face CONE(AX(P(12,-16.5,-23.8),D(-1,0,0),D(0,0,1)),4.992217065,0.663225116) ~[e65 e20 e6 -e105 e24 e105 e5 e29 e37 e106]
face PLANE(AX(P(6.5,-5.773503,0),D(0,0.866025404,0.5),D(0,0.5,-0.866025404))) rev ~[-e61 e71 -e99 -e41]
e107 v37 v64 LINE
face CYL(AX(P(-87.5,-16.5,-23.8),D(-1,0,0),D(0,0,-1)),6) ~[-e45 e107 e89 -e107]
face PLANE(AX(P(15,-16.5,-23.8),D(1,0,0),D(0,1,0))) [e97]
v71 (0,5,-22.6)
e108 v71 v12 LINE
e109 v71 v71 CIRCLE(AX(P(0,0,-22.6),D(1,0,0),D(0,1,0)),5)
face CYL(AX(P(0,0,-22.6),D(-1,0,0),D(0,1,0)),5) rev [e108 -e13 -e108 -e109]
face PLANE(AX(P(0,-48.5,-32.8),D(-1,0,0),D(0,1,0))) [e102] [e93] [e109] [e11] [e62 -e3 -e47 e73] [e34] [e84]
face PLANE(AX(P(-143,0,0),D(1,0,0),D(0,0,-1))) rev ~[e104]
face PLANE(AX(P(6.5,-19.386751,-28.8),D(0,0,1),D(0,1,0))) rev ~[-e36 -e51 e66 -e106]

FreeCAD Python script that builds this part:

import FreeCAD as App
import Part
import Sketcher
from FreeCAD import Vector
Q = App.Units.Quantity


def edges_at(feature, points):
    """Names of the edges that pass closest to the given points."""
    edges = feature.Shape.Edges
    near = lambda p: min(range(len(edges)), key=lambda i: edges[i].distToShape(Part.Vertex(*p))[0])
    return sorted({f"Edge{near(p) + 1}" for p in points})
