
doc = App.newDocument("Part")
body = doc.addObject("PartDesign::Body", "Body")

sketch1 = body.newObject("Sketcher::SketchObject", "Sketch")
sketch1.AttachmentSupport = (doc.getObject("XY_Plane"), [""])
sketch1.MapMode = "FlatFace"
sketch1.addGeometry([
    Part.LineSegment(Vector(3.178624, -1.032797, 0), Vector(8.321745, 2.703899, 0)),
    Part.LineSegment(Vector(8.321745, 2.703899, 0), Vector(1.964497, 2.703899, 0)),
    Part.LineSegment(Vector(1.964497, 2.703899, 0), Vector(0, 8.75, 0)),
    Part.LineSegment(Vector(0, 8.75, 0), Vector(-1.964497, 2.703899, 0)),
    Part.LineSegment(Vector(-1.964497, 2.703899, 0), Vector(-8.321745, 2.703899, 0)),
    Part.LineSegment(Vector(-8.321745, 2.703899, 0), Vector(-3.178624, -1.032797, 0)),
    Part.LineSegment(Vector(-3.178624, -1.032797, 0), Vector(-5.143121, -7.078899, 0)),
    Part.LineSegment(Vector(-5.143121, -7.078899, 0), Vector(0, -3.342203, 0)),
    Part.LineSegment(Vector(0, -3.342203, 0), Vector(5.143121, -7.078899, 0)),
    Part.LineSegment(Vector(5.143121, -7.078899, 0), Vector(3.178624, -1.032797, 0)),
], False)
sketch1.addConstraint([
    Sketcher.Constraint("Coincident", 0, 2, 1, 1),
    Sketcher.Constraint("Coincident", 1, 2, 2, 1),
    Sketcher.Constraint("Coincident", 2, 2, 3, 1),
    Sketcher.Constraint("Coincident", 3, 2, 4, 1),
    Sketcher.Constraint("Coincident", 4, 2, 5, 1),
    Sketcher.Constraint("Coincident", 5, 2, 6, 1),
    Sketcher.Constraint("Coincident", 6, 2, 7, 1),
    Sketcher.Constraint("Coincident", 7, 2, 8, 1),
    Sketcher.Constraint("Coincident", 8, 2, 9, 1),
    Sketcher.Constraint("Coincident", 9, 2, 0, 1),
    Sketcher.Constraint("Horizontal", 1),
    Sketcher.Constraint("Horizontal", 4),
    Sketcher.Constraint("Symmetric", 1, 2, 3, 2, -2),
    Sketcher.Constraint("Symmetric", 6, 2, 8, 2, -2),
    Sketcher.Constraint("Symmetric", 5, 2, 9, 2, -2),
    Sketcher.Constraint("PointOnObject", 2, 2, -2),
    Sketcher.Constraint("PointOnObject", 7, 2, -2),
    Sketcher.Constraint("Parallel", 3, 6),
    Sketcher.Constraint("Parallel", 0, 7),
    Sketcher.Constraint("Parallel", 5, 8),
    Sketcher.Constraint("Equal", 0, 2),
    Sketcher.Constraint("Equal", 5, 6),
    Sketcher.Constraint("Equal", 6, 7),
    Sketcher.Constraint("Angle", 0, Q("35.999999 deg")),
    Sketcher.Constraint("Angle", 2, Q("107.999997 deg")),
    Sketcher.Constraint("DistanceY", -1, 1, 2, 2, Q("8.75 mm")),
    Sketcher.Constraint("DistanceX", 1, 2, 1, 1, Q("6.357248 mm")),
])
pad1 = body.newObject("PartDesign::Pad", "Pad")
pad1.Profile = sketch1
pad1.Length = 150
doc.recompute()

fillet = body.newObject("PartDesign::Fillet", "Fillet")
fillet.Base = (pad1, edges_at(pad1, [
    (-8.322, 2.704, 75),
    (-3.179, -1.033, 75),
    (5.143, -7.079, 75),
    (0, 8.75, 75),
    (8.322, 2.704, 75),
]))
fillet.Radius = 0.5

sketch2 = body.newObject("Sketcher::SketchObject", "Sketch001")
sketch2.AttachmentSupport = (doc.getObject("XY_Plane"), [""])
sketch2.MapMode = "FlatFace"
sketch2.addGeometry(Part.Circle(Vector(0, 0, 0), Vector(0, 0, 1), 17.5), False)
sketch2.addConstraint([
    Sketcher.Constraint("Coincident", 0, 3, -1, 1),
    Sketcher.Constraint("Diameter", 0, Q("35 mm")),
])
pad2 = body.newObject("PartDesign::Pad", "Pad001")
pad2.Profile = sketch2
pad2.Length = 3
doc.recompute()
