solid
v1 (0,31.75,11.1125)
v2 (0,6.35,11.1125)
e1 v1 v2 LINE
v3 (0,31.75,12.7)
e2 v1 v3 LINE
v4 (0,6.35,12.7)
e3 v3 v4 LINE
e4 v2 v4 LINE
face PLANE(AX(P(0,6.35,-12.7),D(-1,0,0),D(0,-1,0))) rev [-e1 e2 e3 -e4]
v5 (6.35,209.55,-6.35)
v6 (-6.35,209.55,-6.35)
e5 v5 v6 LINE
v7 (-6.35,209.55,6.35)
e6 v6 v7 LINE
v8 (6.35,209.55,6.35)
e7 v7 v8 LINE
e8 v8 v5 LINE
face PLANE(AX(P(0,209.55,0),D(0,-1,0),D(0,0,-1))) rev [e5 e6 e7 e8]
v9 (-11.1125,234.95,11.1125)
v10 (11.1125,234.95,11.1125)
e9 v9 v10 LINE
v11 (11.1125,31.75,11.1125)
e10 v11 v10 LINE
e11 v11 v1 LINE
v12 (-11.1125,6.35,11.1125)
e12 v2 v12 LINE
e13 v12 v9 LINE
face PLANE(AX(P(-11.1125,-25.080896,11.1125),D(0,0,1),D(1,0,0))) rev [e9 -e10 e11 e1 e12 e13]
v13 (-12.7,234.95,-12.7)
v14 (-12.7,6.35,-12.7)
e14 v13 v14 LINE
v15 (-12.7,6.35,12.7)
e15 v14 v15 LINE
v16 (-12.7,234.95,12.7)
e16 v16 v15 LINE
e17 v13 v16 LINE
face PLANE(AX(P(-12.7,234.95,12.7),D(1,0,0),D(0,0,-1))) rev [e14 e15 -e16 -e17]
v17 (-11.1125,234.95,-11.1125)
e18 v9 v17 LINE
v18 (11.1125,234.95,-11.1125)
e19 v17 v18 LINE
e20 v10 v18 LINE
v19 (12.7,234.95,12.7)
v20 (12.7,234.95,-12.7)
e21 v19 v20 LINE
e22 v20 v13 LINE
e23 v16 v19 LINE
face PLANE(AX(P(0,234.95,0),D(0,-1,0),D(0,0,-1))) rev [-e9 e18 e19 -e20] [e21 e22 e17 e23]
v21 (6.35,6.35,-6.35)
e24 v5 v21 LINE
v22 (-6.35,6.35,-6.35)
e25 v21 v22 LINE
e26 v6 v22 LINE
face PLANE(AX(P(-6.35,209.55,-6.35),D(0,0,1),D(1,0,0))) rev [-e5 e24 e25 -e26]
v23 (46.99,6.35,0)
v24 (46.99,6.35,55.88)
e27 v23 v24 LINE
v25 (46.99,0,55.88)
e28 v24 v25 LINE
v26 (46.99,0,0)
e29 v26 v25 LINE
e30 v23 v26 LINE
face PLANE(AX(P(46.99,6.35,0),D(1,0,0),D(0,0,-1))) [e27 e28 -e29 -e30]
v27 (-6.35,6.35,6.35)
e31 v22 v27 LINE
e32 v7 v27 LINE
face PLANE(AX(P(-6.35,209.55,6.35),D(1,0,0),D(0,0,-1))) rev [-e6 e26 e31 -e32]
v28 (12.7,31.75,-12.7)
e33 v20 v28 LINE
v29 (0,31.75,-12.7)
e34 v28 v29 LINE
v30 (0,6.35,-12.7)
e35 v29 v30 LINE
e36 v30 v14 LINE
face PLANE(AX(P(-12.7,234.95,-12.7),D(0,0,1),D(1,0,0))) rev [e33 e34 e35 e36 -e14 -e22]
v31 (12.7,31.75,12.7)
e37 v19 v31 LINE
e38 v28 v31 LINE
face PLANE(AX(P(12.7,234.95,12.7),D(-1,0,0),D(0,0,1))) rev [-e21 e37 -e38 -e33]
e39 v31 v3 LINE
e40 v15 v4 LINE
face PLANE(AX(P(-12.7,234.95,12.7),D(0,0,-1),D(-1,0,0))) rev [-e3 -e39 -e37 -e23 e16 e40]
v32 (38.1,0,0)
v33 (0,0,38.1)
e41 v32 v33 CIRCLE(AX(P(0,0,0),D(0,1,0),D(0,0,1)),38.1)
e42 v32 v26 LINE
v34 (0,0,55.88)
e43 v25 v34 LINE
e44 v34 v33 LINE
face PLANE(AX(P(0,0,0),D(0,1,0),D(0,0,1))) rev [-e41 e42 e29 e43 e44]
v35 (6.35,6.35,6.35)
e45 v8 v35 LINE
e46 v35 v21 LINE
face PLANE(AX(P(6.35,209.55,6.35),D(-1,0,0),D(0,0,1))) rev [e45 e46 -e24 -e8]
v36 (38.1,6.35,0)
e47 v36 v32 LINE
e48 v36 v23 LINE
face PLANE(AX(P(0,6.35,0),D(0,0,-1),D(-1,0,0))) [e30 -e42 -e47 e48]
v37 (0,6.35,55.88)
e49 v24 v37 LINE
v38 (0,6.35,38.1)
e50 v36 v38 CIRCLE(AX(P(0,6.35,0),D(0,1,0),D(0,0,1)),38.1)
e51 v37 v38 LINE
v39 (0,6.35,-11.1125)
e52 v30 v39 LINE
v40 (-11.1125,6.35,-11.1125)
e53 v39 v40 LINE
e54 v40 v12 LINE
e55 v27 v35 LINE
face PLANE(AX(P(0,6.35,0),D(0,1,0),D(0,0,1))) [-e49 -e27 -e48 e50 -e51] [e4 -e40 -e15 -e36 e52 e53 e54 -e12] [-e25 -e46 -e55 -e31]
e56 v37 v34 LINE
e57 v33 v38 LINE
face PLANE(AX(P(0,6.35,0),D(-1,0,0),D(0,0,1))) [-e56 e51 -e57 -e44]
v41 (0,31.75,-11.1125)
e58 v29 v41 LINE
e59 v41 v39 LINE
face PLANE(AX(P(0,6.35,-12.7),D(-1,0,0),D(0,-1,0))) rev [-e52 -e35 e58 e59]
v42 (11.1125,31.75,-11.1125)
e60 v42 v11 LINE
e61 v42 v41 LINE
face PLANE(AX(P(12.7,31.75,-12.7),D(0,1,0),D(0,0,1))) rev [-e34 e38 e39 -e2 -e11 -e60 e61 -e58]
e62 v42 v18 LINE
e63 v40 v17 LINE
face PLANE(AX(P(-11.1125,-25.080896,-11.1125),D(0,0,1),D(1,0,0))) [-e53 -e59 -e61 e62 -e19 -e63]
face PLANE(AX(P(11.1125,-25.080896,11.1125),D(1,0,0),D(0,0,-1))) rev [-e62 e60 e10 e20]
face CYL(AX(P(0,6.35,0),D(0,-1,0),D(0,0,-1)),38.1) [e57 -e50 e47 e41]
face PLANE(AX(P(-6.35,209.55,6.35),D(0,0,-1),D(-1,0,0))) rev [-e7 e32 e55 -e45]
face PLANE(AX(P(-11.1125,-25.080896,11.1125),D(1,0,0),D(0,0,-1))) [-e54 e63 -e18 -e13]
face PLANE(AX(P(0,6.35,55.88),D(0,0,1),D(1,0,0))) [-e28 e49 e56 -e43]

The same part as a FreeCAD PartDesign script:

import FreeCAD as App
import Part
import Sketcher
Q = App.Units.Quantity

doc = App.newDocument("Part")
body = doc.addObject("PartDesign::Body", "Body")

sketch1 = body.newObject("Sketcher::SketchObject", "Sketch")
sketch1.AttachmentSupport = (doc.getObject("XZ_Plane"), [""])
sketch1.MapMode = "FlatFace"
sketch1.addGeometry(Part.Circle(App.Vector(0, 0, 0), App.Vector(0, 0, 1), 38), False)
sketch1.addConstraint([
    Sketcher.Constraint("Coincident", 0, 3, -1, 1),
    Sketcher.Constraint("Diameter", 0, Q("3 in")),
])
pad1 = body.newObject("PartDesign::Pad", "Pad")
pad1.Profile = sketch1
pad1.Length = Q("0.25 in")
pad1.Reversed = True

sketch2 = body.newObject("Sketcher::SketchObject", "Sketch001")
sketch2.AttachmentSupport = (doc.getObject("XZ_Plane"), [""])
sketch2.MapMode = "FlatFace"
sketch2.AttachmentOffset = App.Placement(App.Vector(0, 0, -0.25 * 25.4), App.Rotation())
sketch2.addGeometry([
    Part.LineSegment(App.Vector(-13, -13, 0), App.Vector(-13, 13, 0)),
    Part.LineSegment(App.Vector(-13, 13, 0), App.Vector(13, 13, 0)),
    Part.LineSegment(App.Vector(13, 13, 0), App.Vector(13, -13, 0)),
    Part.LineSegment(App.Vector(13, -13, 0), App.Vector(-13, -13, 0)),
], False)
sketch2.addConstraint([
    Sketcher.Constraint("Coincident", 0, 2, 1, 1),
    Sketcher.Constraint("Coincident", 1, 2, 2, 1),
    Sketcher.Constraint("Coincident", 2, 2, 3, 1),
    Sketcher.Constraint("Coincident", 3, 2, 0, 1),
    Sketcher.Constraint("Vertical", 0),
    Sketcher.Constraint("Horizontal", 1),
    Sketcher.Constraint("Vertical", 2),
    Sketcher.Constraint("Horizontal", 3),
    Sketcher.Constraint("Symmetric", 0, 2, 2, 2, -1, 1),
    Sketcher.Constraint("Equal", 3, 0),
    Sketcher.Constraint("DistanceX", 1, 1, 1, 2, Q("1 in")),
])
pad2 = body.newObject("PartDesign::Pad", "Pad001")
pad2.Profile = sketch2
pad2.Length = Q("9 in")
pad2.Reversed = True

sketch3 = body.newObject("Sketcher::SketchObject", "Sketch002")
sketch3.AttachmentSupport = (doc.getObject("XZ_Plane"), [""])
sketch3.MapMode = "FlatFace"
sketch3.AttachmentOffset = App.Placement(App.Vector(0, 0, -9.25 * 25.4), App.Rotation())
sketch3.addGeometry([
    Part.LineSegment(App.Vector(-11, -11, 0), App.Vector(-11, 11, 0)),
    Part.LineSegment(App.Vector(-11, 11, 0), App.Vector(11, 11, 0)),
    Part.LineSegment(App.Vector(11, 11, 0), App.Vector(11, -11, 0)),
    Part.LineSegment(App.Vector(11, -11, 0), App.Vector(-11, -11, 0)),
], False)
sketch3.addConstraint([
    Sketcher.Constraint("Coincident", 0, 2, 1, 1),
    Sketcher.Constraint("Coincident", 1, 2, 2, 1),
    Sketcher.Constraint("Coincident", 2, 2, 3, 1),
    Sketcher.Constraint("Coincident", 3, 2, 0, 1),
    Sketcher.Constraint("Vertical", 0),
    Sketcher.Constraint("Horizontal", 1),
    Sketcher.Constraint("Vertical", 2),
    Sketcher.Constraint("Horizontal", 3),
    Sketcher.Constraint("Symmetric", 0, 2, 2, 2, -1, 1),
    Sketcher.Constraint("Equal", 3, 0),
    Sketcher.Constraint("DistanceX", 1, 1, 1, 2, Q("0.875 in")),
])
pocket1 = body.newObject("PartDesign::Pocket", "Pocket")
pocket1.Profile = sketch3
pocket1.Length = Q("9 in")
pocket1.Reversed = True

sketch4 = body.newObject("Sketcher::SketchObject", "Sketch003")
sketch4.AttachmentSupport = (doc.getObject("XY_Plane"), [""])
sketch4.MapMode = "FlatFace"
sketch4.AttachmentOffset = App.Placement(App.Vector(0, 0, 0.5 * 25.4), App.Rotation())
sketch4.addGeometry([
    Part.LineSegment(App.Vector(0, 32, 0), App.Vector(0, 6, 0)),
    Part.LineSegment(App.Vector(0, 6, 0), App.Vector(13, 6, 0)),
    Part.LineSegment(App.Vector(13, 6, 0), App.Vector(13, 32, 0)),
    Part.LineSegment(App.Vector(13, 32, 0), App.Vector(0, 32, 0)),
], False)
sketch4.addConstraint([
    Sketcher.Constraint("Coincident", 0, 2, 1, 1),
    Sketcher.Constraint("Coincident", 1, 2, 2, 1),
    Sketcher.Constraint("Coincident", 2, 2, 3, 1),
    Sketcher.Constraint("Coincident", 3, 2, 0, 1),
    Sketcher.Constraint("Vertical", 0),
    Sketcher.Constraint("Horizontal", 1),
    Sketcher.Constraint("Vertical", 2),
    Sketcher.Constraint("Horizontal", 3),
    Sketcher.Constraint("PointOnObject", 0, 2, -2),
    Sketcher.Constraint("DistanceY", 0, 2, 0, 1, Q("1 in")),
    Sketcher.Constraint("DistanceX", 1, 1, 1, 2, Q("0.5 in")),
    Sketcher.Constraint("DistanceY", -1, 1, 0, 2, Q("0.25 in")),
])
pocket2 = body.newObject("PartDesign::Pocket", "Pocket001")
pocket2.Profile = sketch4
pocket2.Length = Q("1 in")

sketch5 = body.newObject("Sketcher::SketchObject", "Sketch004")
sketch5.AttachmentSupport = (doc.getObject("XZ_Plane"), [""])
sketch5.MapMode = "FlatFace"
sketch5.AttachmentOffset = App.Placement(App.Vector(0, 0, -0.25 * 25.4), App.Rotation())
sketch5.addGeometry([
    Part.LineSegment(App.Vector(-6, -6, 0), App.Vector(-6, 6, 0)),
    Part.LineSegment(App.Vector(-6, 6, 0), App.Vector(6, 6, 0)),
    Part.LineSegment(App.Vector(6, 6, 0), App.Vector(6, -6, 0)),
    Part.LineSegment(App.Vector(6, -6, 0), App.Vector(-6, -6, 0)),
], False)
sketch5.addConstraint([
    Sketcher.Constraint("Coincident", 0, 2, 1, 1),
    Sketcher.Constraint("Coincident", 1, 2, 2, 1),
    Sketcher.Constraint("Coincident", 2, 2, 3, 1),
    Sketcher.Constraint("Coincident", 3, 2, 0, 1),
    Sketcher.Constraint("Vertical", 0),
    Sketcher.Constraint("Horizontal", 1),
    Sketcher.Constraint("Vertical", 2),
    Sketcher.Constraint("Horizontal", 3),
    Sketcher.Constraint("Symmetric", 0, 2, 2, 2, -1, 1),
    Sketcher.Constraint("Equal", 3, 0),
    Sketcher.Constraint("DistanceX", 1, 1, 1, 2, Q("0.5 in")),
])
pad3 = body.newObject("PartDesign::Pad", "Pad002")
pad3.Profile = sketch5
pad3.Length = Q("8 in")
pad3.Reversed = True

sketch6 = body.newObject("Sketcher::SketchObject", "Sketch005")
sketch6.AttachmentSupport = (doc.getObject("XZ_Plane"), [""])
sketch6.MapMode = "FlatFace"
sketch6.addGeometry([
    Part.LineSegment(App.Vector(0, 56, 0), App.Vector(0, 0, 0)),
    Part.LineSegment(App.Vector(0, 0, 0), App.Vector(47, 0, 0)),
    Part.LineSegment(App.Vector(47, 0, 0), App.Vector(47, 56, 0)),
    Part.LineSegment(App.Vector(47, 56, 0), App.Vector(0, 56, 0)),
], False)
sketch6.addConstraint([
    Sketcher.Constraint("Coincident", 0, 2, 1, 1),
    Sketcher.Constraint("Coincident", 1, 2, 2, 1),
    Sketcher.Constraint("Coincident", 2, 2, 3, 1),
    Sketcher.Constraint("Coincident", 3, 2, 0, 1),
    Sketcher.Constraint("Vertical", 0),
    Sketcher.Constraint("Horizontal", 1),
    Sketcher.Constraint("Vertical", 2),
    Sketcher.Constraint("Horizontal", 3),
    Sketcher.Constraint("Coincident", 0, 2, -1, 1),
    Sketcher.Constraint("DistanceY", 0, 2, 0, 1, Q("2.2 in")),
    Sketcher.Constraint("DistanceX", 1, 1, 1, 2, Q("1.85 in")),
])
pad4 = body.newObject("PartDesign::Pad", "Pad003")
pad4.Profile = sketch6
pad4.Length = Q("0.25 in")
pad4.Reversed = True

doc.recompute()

> [WHAT TO DO]:
When you reach the line in the material above that holds "e61 v42 v41 LINE", begin reproducing lines exactly, and stop after the line that holds "The same part".

> [EXERCISE OUTPUT]:
e61 v42 v41 LINE
face PLANE(AX(P(12.7,31.75,-12.7),D(0,1,0),D(0,0,1))) rev [-e34 e38 e39 -e2 -e11 -e60 e61 -e58]
e62 v42 v18 LINE
e63 v40 v17 LINE
face PLANE(AX(P(-11.1125,-25.080896,-11.1125),D(0,0,1),D(1,0,0))) [-e53 -e59 -e61 e62 -e19 -e63]
face PLANE(AX(P(11.1125,-25.080896,11.1125),D(1,0,0),D(0,0,-1))) rev [-e62 e60 e10 e20]
face CYL(AX(P(0,6.35,0),D(0,-1,0),D(0,0,-1)),38.1) [e57 -e50 e47 e41]
face PLANE(AX(P(-6.35,209.55,6.35),D(0,0,-1),D(-1,0,0))) rev [-e7 e32 e55 -e45]
face PLANE(AX(P(-11.1125,-25.080896,11.1125),D(1,0,0),D(0,0,-1))) [-e54 e63 -e18 -e13]
face PLANE(AX(P(0,6.35,55.88),D(0,0,1),D(1,0,0))) [-e28 e49 e56 -e43]

The same part as a FreeCAD PartDesign script:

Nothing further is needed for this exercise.